■ **TASK ITEM**
Return the following from the records below: each line, word for word, starting with the line that contains "extrude(amount=-CUT_EXTRUDE_4_DEPTH, mode=Mode.SUBTRACT)" and going on through the line that contains "A parametric FreeCAD", with nothing outside that range.

Collected data entries
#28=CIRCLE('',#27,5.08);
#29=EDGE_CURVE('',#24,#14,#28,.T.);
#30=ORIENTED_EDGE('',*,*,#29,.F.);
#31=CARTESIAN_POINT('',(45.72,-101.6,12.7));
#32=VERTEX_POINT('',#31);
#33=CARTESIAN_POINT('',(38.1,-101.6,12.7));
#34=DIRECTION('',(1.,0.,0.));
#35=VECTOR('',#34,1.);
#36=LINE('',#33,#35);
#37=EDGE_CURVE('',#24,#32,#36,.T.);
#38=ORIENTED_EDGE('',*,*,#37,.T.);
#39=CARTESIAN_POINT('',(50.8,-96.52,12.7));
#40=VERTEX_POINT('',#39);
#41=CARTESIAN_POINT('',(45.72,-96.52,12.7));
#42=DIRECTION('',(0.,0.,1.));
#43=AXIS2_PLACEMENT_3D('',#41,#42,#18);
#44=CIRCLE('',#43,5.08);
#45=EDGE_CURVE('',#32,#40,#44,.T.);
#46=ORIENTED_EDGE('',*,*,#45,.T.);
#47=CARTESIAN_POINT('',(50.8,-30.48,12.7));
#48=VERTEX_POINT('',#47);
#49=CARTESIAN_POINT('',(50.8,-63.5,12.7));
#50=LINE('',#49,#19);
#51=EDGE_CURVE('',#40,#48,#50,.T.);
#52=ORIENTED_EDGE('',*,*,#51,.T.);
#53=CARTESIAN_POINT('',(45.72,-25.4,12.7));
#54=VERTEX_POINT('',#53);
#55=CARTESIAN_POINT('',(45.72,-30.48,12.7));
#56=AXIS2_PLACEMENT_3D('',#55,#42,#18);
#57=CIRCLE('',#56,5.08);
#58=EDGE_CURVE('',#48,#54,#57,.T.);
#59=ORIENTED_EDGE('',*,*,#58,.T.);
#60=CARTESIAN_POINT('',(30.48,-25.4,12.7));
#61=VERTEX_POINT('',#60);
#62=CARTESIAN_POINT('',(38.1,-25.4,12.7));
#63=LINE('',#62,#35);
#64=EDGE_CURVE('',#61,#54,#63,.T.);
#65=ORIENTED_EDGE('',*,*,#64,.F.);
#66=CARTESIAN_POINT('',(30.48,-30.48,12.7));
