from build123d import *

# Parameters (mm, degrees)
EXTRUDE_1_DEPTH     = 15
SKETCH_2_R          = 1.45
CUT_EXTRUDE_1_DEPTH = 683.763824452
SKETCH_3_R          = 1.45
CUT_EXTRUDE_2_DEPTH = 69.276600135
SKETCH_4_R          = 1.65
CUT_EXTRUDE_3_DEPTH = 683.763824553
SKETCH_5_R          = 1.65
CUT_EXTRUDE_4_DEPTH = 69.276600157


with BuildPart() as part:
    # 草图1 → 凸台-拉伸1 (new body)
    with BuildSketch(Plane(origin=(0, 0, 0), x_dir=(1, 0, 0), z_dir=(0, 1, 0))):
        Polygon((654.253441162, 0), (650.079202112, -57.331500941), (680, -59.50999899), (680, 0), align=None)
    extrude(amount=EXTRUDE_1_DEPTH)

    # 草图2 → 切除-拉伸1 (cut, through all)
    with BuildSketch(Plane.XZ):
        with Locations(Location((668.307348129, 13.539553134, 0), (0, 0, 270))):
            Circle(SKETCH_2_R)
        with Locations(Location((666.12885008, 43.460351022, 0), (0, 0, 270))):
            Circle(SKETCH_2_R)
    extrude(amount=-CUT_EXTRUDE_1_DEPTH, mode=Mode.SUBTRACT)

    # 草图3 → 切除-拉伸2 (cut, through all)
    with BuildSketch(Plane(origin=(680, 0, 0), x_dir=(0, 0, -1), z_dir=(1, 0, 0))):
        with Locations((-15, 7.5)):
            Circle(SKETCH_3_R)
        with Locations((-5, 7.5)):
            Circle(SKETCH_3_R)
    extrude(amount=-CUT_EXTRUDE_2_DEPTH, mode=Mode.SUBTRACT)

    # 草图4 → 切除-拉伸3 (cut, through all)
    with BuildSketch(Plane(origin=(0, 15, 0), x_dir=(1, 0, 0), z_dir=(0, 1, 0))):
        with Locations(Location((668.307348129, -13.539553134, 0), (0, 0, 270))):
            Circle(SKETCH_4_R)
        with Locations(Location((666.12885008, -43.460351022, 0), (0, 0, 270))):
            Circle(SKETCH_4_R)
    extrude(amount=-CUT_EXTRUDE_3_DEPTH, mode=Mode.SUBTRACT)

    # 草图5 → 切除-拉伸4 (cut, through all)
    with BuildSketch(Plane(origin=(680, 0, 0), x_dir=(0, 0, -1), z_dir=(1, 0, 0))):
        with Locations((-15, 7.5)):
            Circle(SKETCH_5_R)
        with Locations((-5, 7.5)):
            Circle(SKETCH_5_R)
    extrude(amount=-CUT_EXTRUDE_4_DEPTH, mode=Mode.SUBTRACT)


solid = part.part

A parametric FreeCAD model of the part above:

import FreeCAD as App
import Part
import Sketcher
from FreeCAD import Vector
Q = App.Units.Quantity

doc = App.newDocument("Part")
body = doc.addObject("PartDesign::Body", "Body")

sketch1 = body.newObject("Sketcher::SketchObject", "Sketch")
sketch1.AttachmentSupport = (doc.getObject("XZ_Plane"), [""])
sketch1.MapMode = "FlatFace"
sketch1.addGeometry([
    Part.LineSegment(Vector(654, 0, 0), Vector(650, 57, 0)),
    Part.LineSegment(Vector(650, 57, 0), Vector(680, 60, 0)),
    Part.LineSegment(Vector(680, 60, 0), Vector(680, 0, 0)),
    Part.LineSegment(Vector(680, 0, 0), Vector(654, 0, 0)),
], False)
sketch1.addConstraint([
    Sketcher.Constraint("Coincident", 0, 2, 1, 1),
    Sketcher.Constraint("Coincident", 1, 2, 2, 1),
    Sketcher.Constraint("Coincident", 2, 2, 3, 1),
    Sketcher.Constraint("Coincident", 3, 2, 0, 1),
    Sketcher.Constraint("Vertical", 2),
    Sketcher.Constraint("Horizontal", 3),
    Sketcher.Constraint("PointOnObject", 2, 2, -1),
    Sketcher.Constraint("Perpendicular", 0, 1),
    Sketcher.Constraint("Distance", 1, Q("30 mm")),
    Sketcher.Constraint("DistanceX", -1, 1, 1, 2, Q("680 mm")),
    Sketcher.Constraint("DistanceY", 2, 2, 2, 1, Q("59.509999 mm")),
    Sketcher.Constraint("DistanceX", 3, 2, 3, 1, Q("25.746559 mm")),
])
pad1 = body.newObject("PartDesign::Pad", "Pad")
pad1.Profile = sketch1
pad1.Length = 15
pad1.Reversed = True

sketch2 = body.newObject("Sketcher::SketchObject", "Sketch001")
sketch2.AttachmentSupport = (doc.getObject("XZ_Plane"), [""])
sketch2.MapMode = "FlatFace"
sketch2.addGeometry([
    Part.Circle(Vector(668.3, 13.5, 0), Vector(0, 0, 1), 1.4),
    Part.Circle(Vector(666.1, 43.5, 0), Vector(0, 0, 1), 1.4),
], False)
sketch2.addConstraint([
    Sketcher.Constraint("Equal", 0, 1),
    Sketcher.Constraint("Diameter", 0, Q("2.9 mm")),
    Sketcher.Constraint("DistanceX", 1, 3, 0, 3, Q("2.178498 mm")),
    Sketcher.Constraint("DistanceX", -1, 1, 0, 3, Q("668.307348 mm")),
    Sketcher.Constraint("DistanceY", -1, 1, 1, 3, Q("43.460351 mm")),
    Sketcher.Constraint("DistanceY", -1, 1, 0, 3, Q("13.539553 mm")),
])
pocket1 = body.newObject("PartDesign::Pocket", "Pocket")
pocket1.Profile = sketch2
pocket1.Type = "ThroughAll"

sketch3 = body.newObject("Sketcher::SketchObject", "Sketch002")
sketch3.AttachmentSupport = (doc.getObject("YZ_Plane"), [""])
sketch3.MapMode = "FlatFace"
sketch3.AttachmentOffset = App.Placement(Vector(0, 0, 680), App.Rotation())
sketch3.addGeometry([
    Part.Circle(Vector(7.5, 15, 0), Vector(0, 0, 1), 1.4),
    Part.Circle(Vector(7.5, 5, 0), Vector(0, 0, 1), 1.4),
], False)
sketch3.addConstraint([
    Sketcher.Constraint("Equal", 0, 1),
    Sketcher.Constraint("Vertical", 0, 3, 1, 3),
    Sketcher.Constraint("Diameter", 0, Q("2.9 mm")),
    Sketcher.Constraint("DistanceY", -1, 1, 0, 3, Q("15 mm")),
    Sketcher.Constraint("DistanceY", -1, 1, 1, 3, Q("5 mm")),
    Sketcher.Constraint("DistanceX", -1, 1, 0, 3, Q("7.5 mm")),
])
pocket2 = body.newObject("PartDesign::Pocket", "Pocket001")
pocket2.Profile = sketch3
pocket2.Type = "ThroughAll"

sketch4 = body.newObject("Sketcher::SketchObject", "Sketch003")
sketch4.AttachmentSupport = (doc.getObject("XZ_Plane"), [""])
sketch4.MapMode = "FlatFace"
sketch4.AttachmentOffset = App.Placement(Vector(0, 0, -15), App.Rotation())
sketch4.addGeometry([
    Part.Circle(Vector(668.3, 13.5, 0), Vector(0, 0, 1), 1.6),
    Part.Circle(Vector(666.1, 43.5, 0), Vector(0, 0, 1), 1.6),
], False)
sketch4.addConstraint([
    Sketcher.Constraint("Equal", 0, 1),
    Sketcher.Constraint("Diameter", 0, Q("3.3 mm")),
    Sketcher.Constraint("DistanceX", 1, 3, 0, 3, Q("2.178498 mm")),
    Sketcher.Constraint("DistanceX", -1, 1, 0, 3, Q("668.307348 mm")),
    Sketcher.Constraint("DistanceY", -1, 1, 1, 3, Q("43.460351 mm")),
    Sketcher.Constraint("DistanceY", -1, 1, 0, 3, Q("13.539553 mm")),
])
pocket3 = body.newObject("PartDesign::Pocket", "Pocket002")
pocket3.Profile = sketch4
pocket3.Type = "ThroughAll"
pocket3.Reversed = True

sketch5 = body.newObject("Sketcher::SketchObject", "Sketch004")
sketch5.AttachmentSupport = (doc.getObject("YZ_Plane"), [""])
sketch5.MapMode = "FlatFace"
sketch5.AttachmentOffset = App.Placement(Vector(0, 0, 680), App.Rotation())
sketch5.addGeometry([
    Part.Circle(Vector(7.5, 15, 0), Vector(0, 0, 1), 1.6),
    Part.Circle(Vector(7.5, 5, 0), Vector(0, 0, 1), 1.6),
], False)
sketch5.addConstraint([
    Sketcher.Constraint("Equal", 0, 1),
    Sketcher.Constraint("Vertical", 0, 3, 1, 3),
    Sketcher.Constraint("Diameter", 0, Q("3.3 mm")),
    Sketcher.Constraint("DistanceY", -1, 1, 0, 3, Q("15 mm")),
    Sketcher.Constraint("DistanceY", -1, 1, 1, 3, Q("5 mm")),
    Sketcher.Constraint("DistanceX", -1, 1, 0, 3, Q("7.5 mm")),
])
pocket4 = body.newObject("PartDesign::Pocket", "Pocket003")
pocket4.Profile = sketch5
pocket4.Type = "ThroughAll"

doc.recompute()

■ **OUTPUT OF THE EXERCISE**
    extrude(amount=-CUT_EXTRUDE_4_DEPTH, mode=Mode.SUBTRACT)


solid = part.part

A parametric FreeCAD model of the part above:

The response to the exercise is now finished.